Parents and caregivers living in Oregon may be unaware that Oregon car seat laws changed effective January 2012. Stay up-to-date on what’s new by reviewing the recent changes here.

Our source for this information is the Oregon Department of Transportation website.

Oregon Safety Belt and Child Restraint Laws

What’s changed – Effective January 2012, current law requires children to move from a child seat to a booster after forty pounds. House Bill 3590 signed by the Governor June 9, 2011 will allow continued use of child seats up to the highest weight limit allowed by the seat manufacturer, as an alternative to boosters, for children over forty pounds but under age eight or less than 4-feet 9-inches tall.

Child Restraint Law – Children who are passengers must be restrained in approved child safety seats until they weigh forty pounds or reach the upper weight limit for the car seat that is in use.
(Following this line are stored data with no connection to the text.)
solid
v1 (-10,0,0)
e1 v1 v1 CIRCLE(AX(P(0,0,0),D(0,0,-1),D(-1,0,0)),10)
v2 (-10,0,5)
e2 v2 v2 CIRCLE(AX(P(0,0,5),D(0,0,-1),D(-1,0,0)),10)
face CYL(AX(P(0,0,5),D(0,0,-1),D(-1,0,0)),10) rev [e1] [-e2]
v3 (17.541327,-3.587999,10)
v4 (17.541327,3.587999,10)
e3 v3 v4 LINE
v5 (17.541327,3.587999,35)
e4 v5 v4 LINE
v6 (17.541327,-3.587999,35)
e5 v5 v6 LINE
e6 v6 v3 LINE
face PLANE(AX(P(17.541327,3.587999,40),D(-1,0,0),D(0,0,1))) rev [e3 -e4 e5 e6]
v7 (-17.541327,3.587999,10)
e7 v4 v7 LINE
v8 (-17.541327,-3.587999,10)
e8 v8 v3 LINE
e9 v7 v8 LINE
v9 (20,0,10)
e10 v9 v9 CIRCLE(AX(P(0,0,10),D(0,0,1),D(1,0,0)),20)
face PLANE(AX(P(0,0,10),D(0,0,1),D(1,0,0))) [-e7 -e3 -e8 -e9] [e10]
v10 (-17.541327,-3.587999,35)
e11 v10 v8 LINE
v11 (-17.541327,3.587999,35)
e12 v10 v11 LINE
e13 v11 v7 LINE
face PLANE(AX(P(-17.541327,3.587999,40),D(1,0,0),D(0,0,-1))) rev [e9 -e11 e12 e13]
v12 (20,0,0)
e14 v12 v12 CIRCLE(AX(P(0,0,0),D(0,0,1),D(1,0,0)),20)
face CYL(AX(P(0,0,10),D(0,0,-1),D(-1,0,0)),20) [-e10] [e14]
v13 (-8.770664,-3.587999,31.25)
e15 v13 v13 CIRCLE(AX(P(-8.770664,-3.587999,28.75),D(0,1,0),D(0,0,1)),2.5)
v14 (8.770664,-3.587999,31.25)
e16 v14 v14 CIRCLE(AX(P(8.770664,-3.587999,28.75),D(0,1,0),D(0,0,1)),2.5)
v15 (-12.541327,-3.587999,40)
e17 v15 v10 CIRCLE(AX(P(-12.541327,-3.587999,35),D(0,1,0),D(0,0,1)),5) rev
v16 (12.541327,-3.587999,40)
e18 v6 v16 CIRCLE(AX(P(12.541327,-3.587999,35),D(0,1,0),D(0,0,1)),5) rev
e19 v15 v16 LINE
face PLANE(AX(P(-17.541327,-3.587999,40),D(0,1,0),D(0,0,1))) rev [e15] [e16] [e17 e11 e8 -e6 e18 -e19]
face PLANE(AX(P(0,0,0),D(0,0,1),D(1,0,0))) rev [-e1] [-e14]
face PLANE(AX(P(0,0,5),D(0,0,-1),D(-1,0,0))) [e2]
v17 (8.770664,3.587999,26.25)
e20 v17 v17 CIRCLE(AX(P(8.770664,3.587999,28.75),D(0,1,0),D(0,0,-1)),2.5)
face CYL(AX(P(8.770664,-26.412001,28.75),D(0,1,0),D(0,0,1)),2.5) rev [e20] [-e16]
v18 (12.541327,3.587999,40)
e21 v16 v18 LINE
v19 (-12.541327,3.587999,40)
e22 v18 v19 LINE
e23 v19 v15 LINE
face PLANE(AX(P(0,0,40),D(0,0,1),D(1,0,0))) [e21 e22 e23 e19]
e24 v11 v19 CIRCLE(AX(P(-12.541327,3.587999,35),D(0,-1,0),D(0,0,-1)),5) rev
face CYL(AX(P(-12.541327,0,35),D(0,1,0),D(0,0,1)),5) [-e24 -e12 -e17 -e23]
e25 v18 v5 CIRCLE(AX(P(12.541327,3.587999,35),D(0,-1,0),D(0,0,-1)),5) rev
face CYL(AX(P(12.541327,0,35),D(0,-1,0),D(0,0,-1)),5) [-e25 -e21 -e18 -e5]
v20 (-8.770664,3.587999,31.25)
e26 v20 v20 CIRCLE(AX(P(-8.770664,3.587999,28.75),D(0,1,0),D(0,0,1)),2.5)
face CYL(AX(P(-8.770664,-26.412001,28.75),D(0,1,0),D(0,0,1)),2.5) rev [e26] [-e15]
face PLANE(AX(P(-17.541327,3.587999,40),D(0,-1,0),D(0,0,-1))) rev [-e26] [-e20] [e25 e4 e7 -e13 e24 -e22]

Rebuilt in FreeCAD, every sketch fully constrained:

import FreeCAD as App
import Part
import Sketcher
from FreeCAD import Vector
Q = App.Units.Quantity


def edges_at(feature, points):
    """Names of the edges that pass closest to the given points."""
    edges = feature.Shape.Edges
    near = lambda p: min(range(len(edges)), key=lambda i: edges[i].distToShape(Part.Vertex(*p))[0])
    return sorted({f"Edge{near(p) + 1}" for p in points})

doc = App.newDocument("Part")
body = doc.addObject("PartDesign::Body", "Body")

# Sketch on XY plane
sketch1 = body.newObject("Sketcher::SketchObject", "Sketch")
sketch1.AttachmentSupport = (doc.getObject("XY_Plane"), [""])
sketch1.MapMode = "FlatFace"
sketch1.addGeometry(Part.Circle(Vector(0, 0, 0), Vector(0, 0, 1), 20), False)
sketch1.addConstraint([
    Sketcher.Constraint("Coincident", 0, 3, -1, 1),
    Sketcher.Constraint("Diameter", 0, Q("40 mm")),
])
pad1 = body.newObject("PartDesign::Pad", "Pad")
pad1.Profile = sketch1
pad1.Length = 10

# Sketch on XY plane
sketch2 = body.newObject("Sketcher::SketchObject", "Sketch001")
sketch2.AttachmentSupport = (doc.getObject("XY_Plane"), [""])
sketch2.MapMode = "FlatFace"
sketch2.AttachmentOffset = App.Placement(Vector(0, 0, 10), App.Rotation())
sketch2.addGeometry([
    Part.LineSegment(Vector(-18, 4, 0), Vector(-18, -4, 0)),
    Part.LineSegment(Vector(-18, -4, 0), Vector(18, -4, 0)),
    Part.LineSegment(Vector(18, -4, 0), Vector(18, 4, 0)),
    Part.LineSegment(Vector(18, 4, 0), Vector(-18, 4, 0)),
], False)
sketch2.addConstraint([
    Sketcher.Constraint("Coincident", 0, 2, 1, 1),
    Sketcher.Constraint("Coincident", 1, 2, 2, 1),
    Sketcher.Constraint("Coincident", 2, 2, 3, 1),
    Sketcher.Constraint("Coincident", 3, 2, 0, 1),
    Sketcher.Constraint("Vertical", 0),
    Sketcher.Constraint("Horizontal", 1),
    Sketcher.Constraint("Vertical", 2),
    Sketcher.Constraint("Horizontal", 3),
    Sketcher.Constraint("Symmetric", 0, 2, 2, 2, -1, 1),
    Sketcher.Constraint("DistanceY", 0, 2, -1, 1, Q("3.587999 mm")),
    Sketcher.Constraint("DistanceX", 1, 1, 1, 2, Q("35.082655 mm")),
])
pad2 = body.newObject("PartDesign::Pad", "Pad001")
pad2.Profile = sketch2
pad2.Length = 30
doc.recompute()

fillet = body.newObject("PartDesign::Fillet", "Fillet")
fillet.Base = (pad2, edges_at(pad2, [(17.541, 0, 40), (-17.541, 0, 40)]))
fillet.Radius = 5

# Sketch on XZ plane
sketch3 = body.newObject("Sketcher::SketchObject", "Sketch002")
sketch3.AttachmentSupport = (doc.getObject("XZ_Plane"), [""])
sketch3.MapMode = "FlatFace"
sketch3.AttachmentOffset = App.Placement(Vector(0, 0, -3.587999), App.Rotation())
sketch3.addGeometry([
    Part.Circle(Vector(-8.8, 28.8, 0), Vector(0, 0, 1), 2.5),
    Part.Circle(Vector(8.8, 28.8, 0), Vector(0, 0, 1), 2.5),
], False)
sketch3.addConstraint([
    Sketcher.Constraint("Equal", 0, 1),
    Sketcher.Constraint("Symmetric", 0, 3, 1, 3, -2),
    Sketcher.Constraint("Diameter", 0, Q("5 mm")),
    Sketcher.Constraint("DistanceY", -1, 1, 0, 3, Q("28.75 mm")),
    Sketcher.Constraint("DistanceX", 0, 3, -1, 1, Q("8.770664 mm")),
])
pocket1 = body.newObject("PartDesign::Pocket", "Pocket")
pocket1.Profile = sketch3
pocket1.Length = 30
pocket1.Reversed = True

# Sketch on XY plane
sketch4 = body.newObject("Sketcher::SketchObject", "Sketch003")
sketch4.AttachmentSupport = (doc.getObject("XY_Plane"), [""])
sketch4.MapMode = "FlatFace"
sketch4.addGeometry(Part.Circle(Vector(0, 0, 0), Vector(0, 0, 1), 10), False)
sketch4.addConstraint([
    Sketcher.Constraint("Coincident", 0, 3, -1, 1),
    Sketcher.Constraint("Diameter", 0, Q("20 mm")),
])
pocket2 = body.newObject("PartDesign::Pocket", "Pocket001")
pocket2.Profile = sketch4
pocket2.Length = 5
pocket2.Reversed = True

doc.recompute()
Infants are required to ride rear-facing until they reach both one year of age and weigh 20 pounds.

Booster Seat Law – Children over 40 pounds or who have reached the upper weight limit for their forward-facing car seat must use booster seats until they reach 4-feet 9-inches tall or age eight and the adult belt fits them correctly.

Should You Use a Belt or a Booster for Your Child?

The Oregon Department of Transportation site contains some useful information on how to determine if you can use a belt or still need to use a booster car seat for your child. Remember that belt fit varies greatly from one child to another and from one vehicle to another. This is especially important to keep in mind if you have multiple vehicles in the family that you use or your child is transported by others outside the family.

If your child meets the state’s legal requirements for moving from a booster seat to a safety belt but you still have doubts about whether your child fits the belt in your family car, you can use the following test to help ease your mind.

Place your child in the car without a booster seat and answer the following questions. You must answer yes to all of them before you can consider safely moving your child from a booster seat. If you answer no to any of them, you must continue to use a booster seat for your child.

  1. Can your child sit all the way back against the vehicle seat?
  2. Do your child’s knees bend comfortably at the edge of the seat?
  3. What about the shoulder belt, does it cross the child’s shoulder between the neck and arm?
  4. Is the lap belt as low as possible, touching the child’s thighs?
  5. Can the child stay comfortably seated like this for the whole trip?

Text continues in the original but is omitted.